• **YOUR TASK**: Between the line containing "f 145 10 147" and the line containing "f 143 149 146" lies a run of lines; give that run again exactly, with both of those lines, and nothing else from the entries below.

══ RECORD EXTRACTS

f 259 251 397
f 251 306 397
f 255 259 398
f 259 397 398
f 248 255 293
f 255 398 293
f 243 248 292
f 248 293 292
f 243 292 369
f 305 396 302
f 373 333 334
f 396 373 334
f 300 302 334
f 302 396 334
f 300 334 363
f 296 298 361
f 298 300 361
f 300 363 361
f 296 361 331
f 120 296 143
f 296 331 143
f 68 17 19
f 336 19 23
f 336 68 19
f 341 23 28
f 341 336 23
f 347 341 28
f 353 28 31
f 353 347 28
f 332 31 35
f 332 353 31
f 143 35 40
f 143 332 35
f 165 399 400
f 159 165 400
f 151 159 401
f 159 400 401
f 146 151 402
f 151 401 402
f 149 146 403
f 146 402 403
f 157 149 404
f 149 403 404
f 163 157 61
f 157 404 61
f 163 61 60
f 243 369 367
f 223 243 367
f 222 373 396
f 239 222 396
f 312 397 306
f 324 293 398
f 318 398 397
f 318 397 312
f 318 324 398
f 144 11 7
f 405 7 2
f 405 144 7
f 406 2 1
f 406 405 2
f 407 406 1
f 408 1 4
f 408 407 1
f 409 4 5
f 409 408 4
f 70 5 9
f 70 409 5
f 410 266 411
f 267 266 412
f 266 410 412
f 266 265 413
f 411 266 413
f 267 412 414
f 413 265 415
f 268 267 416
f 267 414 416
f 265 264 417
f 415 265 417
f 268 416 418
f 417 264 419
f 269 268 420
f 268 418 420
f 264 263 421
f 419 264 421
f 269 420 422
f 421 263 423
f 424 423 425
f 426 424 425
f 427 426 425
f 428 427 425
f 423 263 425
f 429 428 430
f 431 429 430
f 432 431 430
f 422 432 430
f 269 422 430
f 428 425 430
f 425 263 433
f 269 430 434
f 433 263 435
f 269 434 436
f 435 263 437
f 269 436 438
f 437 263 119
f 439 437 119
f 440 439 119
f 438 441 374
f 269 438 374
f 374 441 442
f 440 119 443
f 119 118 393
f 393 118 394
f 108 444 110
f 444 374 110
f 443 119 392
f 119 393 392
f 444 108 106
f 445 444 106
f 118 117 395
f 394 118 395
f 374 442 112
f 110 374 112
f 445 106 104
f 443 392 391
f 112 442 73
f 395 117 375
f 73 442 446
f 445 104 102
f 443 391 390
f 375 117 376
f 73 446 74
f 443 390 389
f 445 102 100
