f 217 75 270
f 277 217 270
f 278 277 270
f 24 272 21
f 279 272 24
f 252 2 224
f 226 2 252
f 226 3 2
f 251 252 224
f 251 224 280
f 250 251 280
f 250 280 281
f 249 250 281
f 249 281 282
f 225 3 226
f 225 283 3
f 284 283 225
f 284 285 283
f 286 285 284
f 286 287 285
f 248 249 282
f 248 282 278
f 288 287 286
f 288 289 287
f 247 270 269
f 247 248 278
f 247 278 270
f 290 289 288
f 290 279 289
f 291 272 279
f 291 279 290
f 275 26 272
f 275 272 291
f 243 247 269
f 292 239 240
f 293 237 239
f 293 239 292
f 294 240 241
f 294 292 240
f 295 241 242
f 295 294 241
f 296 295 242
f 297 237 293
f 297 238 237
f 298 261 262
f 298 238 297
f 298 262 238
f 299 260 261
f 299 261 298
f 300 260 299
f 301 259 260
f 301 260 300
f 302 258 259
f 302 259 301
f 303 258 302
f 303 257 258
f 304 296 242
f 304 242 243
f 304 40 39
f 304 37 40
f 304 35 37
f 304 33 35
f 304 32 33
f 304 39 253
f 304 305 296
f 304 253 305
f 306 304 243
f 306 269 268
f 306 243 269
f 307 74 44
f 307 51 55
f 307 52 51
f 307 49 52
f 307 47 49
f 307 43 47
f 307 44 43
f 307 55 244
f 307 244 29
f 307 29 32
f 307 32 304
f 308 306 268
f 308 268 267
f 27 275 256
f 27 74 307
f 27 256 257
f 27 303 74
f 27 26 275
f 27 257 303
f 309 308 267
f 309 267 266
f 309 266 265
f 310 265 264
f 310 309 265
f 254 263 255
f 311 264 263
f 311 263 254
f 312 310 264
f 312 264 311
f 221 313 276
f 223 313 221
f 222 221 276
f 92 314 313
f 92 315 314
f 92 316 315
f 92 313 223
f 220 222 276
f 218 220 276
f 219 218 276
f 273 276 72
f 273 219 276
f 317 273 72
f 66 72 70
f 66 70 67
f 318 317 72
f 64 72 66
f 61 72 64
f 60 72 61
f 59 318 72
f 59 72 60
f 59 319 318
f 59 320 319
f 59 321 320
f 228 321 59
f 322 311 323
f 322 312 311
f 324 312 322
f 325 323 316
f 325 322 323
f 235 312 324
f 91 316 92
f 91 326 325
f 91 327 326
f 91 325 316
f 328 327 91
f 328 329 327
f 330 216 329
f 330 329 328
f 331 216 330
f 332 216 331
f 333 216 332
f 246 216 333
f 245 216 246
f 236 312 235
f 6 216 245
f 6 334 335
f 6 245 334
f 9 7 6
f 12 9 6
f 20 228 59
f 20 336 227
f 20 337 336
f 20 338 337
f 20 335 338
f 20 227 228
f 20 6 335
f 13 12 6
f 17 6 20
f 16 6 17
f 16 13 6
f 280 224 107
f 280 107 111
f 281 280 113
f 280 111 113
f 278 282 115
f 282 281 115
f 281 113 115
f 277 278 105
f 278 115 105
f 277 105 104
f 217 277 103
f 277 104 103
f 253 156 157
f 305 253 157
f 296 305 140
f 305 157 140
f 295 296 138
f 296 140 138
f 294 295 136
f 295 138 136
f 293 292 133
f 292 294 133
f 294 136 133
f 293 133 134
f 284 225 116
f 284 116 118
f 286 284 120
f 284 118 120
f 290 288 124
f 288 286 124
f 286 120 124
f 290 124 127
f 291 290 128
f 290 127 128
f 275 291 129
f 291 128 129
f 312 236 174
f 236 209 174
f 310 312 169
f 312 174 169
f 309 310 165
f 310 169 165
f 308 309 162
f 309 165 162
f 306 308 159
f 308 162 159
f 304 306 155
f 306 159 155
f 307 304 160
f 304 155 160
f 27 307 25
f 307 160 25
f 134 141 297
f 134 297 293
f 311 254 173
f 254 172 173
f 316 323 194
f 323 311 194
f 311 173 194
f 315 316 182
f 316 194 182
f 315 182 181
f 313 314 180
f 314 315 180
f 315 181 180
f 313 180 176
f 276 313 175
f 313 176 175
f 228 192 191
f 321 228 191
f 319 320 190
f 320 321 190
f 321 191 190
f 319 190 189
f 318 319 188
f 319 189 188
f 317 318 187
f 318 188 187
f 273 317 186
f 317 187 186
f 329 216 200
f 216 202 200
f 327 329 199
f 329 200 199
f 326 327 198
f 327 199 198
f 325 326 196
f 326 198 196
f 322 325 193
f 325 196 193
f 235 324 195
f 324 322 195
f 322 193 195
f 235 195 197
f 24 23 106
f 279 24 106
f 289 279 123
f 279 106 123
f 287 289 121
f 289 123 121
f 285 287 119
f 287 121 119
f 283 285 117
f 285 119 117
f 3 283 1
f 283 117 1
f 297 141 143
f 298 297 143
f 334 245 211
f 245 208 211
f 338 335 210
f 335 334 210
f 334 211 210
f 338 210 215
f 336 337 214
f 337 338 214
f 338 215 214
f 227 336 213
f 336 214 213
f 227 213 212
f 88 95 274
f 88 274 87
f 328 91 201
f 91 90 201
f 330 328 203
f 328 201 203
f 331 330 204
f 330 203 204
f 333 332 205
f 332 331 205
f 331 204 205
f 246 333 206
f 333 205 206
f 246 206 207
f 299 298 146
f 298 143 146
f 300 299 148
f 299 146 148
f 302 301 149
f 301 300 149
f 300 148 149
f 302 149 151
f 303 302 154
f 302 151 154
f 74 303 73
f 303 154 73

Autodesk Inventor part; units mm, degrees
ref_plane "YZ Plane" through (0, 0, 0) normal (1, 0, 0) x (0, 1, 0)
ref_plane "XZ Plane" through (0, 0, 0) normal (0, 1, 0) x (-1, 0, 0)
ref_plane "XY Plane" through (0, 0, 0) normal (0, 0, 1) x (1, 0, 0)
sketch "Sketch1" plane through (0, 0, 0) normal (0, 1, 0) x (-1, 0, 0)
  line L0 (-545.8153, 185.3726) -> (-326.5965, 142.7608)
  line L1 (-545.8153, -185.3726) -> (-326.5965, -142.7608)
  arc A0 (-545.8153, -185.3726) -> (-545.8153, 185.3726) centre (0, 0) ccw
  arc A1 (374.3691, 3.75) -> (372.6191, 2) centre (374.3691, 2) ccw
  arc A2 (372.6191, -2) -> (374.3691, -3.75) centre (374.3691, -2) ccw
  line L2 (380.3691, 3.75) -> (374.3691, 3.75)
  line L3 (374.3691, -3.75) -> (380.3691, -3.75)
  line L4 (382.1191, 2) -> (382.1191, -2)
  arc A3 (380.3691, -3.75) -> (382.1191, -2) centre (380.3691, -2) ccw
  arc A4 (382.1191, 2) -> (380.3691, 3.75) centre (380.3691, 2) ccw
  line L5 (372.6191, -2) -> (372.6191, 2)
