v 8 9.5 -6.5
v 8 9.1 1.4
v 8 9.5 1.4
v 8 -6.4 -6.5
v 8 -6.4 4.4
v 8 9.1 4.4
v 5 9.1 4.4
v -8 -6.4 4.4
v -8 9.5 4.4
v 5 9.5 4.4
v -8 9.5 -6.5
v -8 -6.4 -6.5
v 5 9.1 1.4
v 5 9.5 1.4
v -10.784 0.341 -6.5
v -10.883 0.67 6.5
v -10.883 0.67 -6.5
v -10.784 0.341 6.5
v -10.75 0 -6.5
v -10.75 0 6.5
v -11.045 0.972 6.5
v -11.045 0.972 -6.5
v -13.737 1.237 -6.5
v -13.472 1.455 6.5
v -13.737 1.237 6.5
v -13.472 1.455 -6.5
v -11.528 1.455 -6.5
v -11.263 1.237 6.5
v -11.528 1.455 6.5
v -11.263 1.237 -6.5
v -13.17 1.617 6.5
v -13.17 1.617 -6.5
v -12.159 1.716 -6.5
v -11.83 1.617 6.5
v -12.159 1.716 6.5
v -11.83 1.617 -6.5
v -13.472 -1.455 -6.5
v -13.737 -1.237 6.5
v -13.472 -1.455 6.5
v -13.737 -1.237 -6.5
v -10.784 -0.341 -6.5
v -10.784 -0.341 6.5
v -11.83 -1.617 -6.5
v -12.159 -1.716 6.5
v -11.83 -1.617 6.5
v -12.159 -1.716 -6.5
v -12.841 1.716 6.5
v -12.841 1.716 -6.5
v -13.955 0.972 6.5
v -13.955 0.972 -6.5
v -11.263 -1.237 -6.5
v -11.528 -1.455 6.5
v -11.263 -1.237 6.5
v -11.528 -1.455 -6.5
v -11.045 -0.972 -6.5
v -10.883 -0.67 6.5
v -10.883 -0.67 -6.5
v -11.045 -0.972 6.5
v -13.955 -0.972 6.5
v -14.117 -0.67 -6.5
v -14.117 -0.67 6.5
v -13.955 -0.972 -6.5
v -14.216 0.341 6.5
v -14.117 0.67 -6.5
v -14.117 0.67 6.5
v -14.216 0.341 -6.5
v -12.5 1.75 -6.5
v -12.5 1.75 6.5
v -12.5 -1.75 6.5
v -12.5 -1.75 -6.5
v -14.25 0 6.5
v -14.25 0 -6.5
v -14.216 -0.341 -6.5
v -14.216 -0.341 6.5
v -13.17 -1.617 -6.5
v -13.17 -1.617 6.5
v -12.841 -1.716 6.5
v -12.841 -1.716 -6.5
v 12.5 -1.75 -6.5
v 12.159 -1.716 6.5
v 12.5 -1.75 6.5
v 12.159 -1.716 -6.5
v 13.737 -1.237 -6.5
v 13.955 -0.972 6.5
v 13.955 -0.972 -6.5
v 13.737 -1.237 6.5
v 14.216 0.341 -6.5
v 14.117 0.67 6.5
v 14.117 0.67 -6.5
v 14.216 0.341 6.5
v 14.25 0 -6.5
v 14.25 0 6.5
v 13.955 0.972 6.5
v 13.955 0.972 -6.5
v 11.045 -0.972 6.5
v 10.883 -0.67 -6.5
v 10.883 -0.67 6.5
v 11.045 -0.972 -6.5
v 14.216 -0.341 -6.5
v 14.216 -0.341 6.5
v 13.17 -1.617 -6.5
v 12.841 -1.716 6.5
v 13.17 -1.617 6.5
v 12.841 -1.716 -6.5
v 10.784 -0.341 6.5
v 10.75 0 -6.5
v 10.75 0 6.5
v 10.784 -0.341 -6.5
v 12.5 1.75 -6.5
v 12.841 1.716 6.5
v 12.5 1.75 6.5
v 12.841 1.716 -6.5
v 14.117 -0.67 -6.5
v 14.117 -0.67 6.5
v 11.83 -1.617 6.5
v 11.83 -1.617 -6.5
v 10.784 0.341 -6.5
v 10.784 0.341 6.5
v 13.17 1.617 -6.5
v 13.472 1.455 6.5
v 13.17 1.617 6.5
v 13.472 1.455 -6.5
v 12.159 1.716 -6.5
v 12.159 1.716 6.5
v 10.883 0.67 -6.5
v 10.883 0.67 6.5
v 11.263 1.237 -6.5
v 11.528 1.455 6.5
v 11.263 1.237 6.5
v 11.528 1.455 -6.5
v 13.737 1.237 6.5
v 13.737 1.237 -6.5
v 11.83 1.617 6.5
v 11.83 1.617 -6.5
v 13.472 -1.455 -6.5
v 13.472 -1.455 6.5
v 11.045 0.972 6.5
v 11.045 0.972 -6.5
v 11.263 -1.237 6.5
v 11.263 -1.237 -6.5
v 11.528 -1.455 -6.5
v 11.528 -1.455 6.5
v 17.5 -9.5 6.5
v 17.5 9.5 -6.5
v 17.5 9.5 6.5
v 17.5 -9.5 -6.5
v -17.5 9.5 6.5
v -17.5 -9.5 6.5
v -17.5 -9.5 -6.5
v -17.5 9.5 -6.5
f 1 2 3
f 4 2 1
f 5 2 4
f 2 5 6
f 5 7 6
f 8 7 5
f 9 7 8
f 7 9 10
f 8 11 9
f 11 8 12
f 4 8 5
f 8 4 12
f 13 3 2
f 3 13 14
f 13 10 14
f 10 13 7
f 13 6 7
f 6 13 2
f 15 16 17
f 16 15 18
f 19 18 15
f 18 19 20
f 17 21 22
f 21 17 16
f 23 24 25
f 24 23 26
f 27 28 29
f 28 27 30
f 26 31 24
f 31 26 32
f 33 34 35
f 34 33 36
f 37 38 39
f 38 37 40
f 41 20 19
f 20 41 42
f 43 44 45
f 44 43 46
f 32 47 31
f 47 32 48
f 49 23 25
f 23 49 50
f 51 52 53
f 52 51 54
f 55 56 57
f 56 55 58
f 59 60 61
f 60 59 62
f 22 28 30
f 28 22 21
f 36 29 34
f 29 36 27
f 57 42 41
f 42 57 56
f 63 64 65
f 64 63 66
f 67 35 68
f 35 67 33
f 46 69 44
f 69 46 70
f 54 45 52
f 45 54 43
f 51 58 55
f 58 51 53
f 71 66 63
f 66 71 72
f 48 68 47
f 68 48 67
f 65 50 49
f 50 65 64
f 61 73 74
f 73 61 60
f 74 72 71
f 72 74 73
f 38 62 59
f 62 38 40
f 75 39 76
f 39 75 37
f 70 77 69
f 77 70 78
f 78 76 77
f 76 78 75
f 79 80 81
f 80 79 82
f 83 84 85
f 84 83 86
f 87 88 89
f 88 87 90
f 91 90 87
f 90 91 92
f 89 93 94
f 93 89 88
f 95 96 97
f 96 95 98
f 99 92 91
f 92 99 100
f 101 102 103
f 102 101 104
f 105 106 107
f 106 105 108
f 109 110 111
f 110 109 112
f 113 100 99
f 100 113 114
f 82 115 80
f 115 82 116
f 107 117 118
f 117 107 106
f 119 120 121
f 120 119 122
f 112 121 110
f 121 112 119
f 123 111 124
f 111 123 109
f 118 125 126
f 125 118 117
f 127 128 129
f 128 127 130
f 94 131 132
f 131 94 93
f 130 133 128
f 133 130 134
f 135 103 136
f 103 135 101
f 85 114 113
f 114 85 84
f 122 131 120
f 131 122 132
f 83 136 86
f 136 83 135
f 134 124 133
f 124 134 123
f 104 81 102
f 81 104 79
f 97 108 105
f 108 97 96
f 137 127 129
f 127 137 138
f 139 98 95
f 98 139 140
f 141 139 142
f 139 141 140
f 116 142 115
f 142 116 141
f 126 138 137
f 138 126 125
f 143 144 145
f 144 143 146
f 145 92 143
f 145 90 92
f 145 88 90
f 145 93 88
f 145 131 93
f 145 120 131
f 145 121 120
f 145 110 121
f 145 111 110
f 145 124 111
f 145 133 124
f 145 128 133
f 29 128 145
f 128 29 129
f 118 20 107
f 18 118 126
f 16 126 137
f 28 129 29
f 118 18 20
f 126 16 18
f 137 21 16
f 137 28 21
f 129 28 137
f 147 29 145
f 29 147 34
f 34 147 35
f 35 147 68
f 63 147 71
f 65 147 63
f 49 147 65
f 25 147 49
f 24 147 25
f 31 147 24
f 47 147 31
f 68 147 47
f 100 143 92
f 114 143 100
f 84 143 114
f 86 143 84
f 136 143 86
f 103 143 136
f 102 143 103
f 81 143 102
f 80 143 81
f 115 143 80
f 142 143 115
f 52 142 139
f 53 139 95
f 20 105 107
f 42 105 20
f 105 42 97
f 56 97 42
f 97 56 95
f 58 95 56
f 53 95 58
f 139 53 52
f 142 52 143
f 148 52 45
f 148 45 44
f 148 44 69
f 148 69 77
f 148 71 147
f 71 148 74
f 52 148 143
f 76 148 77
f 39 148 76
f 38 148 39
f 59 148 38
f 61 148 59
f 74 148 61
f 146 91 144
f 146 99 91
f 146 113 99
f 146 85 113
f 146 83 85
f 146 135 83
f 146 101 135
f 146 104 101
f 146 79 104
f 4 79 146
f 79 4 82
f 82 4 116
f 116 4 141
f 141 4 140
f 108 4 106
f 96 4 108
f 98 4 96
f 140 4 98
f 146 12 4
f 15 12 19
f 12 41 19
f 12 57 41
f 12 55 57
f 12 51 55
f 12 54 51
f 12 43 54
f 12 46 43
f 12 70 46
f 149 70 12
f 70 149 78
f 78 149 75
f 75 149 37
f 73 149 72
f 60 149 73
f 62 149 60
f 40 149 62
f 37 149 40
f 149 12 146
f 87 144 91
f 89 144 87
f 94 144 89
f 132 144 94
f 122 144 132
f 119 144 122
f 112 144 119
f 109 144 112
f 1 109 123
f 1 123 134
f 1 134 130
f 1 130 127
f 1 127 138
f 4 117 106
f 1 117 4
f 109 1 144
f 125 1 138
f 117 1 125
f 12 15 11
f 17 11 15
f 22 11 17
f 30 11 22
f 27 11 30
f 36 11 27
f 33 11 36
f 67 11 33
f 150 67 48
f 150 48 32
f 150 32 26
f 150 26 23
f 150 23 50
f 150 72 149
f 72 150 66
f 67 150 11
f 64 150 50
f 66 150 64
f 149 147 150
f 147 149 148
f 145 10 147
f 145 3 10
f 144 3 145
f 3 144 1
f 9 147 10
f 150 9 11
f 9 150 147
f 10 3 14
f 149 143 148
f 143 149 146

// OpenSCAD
module PowerJack()
{
  difference()
  {
    /* Body */
    cube([35, 19, 13], center=true);

    /* Barrel jack cutout */
    translate([0, 1.6, -1.1])
    {
      difference()
      {
        cube([16, 16, 11], center=true);

        translate([8, 8, 5.5])
        {
          cube([6, 1, 6], center=true);
        }
      }
    }

    /* Mounting holes */
    for (x = [-12.5, 12.5])
    {
      translate([x, 0, 0])
      {
        cylinder(d=3.5, h=100, center=true, $fn=32);
      }
    }
  }
}

PowerJack();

════

• **REPLY**:
f 145 10 147
f 145 3 10
f 144 3 145
f 3 144 1
f 9 147 10
f 150 9 11
f 9 150 147
f 10 3 14
f 149 143 148
f 143 149 146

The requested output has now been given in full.